In a case of first impression, The Eastland Court of Appeals recently held that Tex. Nat. Res. Code § 91.402 (the “Texas Division Order Statute”) does not require an operator to pay royalties directly to mineral interest owners who have leased their interest to a different working interest owner.  Devon Energy Prod. Co., L.P. v. Apache Corp., 550 S.W.3d 259 (Tex. App.–Eastland 2018, pet. denied).

The dispute arose relating to the payment of royalties in Glasscock County, Texas.  A mineral owner had leased her one-third interest in the subject land to Apache Corporation (“Apache”) and the remaining mineral owners leased their combined two-thirds interest to Devon Energy Production Company, L.P. (“Devon”).  However, Devon and Apache were unable to agree on the terms of a joint operating agreement.  Apache drilled seven producing wells.  After payout, Apache paid Devon its full two-thirds share of production, including the landowner royalty set forth in the leases.  Neither Devon nor Apache paid Devon’s royalty owners their share of production.

The Plaintiffs, Devon’s royalty owners, alleged that Devon and Apache owed them royalty payments from the lease.  Devon filed a cross-claim against Apache alleging it was Apache’s responsibility as operator to pay Devon’s royalty owners directly.  Apache responded that it had no obligation to pay Devon’s royalty owners because it did not lease the minerals directly from those royalty owners.  The trial court held that Apache was not obligated to pay royalties to Devon’s royalty owners because Apache was not a “payor” under Tex. Nat. Res. Code § 91.402(a).[1]  The key issue addressed by the Court of Appeal was whether Apache had statutory obligations to pay royalties directly to the lessor plaintiffs pursuant to their leases with Devon.

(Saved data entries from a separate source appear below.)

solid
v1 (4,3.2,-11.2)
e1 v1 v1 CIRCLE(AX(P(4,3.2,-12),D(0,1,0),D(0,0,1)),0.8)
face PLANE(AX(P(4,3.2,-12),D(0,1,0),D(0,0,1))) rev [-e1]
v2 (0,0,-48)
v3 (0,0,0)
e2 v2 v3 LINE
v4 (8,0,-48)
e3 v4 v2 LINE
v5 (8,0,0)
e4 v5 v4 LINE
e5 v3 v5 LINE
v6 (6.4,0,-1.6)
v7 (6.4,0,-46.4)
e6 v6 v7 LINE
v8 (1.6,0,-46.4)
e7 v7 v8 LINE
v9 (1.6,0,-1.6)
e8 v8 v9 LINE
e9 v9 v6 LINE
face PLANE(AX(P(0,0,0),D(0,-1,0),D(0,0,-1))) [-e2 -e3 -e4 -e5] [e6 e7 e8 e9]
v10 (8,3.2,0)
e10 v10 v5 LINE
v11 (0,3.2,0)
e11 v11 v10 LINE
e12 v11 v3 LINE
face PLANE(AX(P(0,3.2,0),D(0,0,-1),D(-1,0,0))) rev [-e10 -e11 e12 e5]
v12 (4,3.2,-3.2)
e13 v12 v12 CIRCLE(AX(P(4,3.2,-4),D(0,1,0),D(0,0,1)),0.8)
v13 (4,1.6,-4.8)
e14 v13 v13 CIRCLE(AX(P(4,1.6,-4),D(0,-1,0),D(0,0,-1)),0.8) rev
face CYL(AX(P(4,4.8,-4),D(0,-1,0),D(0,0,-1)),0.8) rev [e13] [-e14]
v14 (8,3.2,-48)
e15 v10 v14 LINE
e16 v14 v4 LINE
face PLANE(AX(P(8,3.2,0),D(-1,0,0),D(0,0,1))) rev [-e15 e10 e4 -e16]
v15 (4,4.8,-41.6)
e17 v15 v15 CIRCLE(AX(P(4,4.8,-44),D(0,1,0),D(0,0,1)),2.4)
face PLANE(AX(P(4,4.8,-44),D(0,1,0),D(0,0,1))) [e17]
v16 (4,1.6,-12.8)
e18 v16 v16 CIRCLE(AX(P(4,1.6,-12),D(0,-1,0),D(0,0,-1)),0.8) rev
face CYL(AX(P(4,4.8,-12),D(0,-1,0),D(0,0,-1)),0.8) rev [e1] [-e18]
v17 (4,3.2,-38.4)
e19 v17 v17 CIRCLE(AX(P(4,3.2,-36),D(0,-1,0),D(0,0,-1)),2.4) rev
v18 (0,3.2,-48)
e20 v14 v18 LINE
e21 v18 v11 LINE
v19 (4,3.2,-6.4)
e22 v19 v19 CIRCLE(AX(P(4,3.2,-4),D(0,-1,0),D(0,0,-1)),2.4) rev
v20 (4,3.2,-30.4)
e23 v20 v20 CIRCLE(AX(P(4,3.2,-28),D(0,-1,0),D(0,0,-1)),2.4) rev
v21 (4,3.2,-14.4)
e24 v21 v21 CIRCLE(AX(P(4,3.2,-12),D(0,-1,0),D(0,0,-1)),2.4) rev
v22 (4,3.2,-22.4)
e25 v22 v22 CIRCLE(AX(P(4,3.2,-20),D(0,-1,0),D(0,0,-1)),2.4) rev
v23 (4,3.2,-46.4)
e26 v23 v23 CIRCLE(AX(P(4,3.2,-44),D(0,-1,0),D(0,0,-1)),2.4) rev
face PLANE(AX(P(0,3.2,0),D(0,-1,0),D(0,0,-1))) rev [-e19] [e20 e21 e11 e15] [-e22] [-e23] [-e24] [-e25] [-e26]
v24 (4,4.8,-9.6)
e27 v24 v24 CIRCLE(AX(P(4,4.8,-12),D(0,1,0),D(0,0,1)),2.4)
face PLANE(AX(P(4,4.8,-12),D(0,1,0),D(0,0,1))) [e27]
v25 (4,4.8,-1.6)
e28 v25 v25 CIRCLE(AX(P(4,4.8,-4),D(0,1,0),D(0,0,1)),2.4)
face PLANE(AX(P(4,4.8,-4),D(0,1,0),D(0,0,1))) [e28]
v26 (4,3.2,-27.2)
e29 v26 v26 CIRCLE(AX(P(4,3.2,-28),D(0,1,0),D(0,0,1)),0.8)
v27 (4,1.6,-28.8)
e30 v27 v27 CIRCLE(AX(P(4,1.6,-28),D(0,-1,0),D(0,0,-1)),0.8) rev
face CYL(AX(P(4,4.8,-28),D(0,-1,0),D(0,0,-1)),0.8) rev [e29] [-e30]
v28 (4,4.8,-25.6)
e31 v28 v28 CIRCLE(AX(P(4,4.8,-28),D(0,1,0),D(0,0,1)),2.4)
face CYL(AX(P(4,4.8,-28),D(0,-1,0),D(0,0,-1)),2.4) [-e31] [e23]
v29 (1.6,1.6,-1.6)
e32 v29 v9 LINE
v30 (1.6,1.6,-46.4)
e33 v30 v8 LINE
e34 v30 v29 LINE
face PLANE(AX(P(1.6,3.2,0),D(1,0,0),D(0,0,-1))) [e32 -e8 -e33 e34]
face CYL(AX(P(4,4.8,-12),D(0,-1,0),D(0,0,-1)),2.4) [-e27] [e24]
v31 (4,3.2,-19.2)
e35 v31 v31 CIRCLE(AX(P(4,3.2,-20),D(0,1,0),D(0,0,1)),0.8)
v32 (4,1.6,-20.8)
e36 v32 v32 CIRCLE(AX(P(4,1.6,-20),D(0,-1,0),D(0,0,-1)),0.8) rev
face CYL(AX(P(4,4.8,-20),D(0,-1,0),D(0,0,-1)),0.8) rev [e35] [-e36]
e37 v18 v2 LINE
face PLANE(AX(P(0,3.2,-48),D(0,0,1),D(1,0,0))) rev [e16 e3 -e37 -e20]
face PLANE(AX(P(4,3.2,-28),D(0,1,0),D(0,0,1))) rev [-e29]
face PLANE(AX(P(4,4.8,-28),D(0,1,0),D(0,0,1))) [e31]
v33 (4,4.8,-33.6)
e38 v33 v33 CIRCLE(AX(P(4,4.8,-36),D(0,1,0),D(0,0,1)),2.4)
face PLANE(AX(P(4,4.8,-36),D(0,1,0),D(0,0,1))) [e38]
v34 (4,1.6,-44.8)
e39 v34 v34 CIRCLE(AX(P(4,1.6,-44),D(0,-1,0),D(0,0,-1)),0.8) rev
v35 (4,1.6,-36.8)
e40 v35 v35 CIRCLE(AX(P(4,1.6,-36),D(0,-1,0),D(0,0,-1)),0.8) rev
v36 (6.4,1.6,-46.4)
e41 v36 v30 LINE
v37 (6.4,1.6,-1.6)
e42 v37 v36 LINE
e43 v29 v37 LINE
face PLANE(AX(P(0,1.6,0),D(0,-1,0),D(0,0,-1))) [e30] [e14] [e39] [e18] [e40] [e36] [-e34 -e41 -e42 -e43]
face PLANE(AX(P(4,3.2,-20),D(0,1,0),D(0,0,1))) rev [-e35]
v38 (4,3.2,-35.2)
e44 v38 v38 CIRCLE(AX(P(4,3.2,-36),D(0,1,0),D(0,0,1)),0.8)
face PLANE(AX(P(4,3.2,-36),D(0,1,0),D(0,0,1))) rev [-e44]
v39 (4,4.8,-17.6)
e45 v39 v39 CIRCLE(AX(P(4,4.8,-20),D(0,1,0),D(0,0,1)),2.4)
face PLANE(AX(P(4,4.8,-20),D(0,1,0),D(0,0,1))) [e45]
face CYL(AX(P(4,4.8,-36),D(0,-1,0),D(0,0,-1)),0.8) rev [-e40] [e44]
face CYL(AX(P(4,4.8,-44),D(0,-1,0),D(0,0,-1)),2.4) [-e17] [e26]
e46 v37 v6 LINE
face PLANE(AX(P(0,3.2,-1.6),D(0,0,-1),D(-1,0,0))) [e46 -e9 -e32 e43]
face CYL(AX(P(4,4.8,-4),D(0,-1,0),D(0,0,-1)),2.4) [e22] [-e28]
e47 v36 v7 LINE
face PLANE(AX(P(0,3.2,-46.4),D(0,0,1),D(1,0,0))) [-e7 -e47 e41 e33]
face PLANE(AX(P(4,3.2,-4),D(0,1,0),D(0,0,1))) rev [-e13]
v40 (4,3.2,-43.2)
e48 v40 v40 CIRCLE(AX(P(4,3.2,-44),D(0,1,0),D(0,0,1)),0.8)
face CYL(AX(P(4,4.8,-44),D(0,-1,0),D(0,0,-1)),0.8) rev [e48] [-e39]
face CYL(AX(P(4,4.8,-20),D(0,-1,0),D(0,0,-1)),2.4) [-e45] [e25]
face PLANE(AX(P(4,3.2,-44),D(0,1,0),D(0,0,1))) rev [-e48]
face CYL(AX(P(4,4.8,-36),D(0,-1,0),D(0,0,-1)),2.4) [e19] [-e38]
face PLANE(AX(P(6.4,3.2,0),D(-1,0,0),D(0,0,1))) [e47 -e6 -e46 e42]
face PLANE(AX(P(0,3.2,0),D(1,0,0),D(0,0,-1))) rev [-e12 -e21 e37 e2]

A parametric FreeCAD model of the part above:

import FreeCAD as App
import Part
import Sketcher

V = App.Vector


def faces_at(feature, points):
    """Names of the faces that lie closest to the given points."""
    faces = feature.Shape.Faces
    near = lambda p: min(range(len(faces)), key=lambda i: faces[i].distToShape(Part.Vertex(*p))[0])
    return sorted({f"Face{near(p) + 1}" for p in points})

doc = App.newDocument("Part")
body = doc.addObject("PartDesign::Body", "Body")

# Sketch on XZ plane
sketch1 = body.newObject("Sketcher::SketchObject", "Sketch")
sketch1.AttachmentSupport = (doc.getObject("XZ_Plane"), [""])
sketch1.MapMode = "FlatFace"
sketch1.addGeometry([
    Part.LineSegment(V(0, -48, 0), V(0, 0, 0)),
    Part.LineSegment(V(0, 0, 0), V(8, 0, 0)),
    Part.LineSegment(V(8, 0, 0), V(8, -48, 0)),
    Part.LineSegment(V(8, -48, 0), V(0, -48, 0)),
], False)
sketch1.addConstraint([
    Sketcher.Constraint("Coincident", 0, 2, 1, 1),
    Sketcher.Constraint("Coincident", 1, 2, 2, 1),
    Sketcher.Constraint("Coincident", 2, 2, 3, 1),
    Sketcher.Constraint("Coincident", 3, 2, 0, 1),
    Sketcher.Constraint("Vertical", 0),
    Sketcher.Constraint("Horizontal", 1),
    Sketcher.Constraint("Vertical", 2),
    Sketcher.Constraint("Horizontal", 3),
    Sketcher.Constraint("Coincident", 0, 2, -1, 1),
    Sketcher.Constraint("DistanceX", 1, 1, 1, 2, 8.0),
    Sketcher.Constraint("DistanceY", 0, 1, 0, 2, 48.0),
])
pad1 = body.newObject("PartDesign::Pad", "Pad")
pad1.Profile = sketch1
pad1.Length = 3.2
pad1.Reversed = True

# Sketch on XZ plane
sketch2 = body.newObject("Sketcher::SketchObject", "Sketch001")
sketch2.AttachmentSupport = (doc.getObject("XZ_Plane"), [""])
sketch2.MapMode = "FlatFace"
sketch2.AttachmentOffset = App.Placement(V(0, 0, -3.2), App.Rotation())
sketch2.addGeometry(Part.Circle(V(4, -4, 0), V(0, 0, 1), 2.4), False)
sketch2.addConstraint([
    Sketcher.Constraint("Diameter", 0, 4.8),
    Sketcher.Constraint("DistanceX", -1, 1, 0, 3, 4.0),
    Sketcher.Constraint("DistanceY", 0, 3, -1, 1, 4.0),
])
pad2 = body.newObject("PartDesign::Pad", "Pad001")
pad2.Profile = sketch2
pad2.Length = 1.6
pad2.Reversed = True
doc.recompute()

linearpattern = body.newObject("PartDesign::LinearPattern", "LinearPattern")
linearpattern.Originals = [pad2]
linearpattern.Direction = (doc.getObject("Z_Axis"), [""])
linearpattern.Mode = "offset"
linearpattern.Offset = 8
linearpattern.Occurrences = 6
linearpattern.Reversed = True
body.Tip = linearpattern
doc.recompute()

thickness = body.newObject("PartDesign::Thickness", "Thickness")
thickness.Base = (linearpattern, faces_at(linearpattern, [(4, 0, -24)]))
thickness.Value = 1.6
thickness.Reversed = True
thickness.Join = "Intersection"

doc.recompute()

In Texas, pursuant to the rules of equitable accounting between cotenants (in this case Devon and Apache), a cotenant has the right to extract minerals from common property without first obtaining the consent of the other cotenants.  However, he must account to his cotenants on the basis of the value of any minerals taken, less the necessary and reasonable costs of production and marketing (thus, the nonparticipating cotenant is “carried until payout”).  Prior to the Court of Appeals decision, the question of whether an operator owes a royalty to the third-party lessor of a nonparticipating cotenant lessee had not been addressed by the Texas courts.  See Caleb A. Fielder, Blood and Oil: Exploring Possible Remedies to Mineral Cotenancy Disputes in Texas, 50 Tex. Tech L. Rev. 173, 199-202 (2017).  However, Tex. Nat. Res. Code § 91.402(a) requires that “proceeds from the sale of production be paid to each payee by the payor on or before 120 days after the end of the month of first sale from the well.  Thereafter, payments must be made timely according to the frequency of payment specified in the lease or other written agreement between the payee and payor.”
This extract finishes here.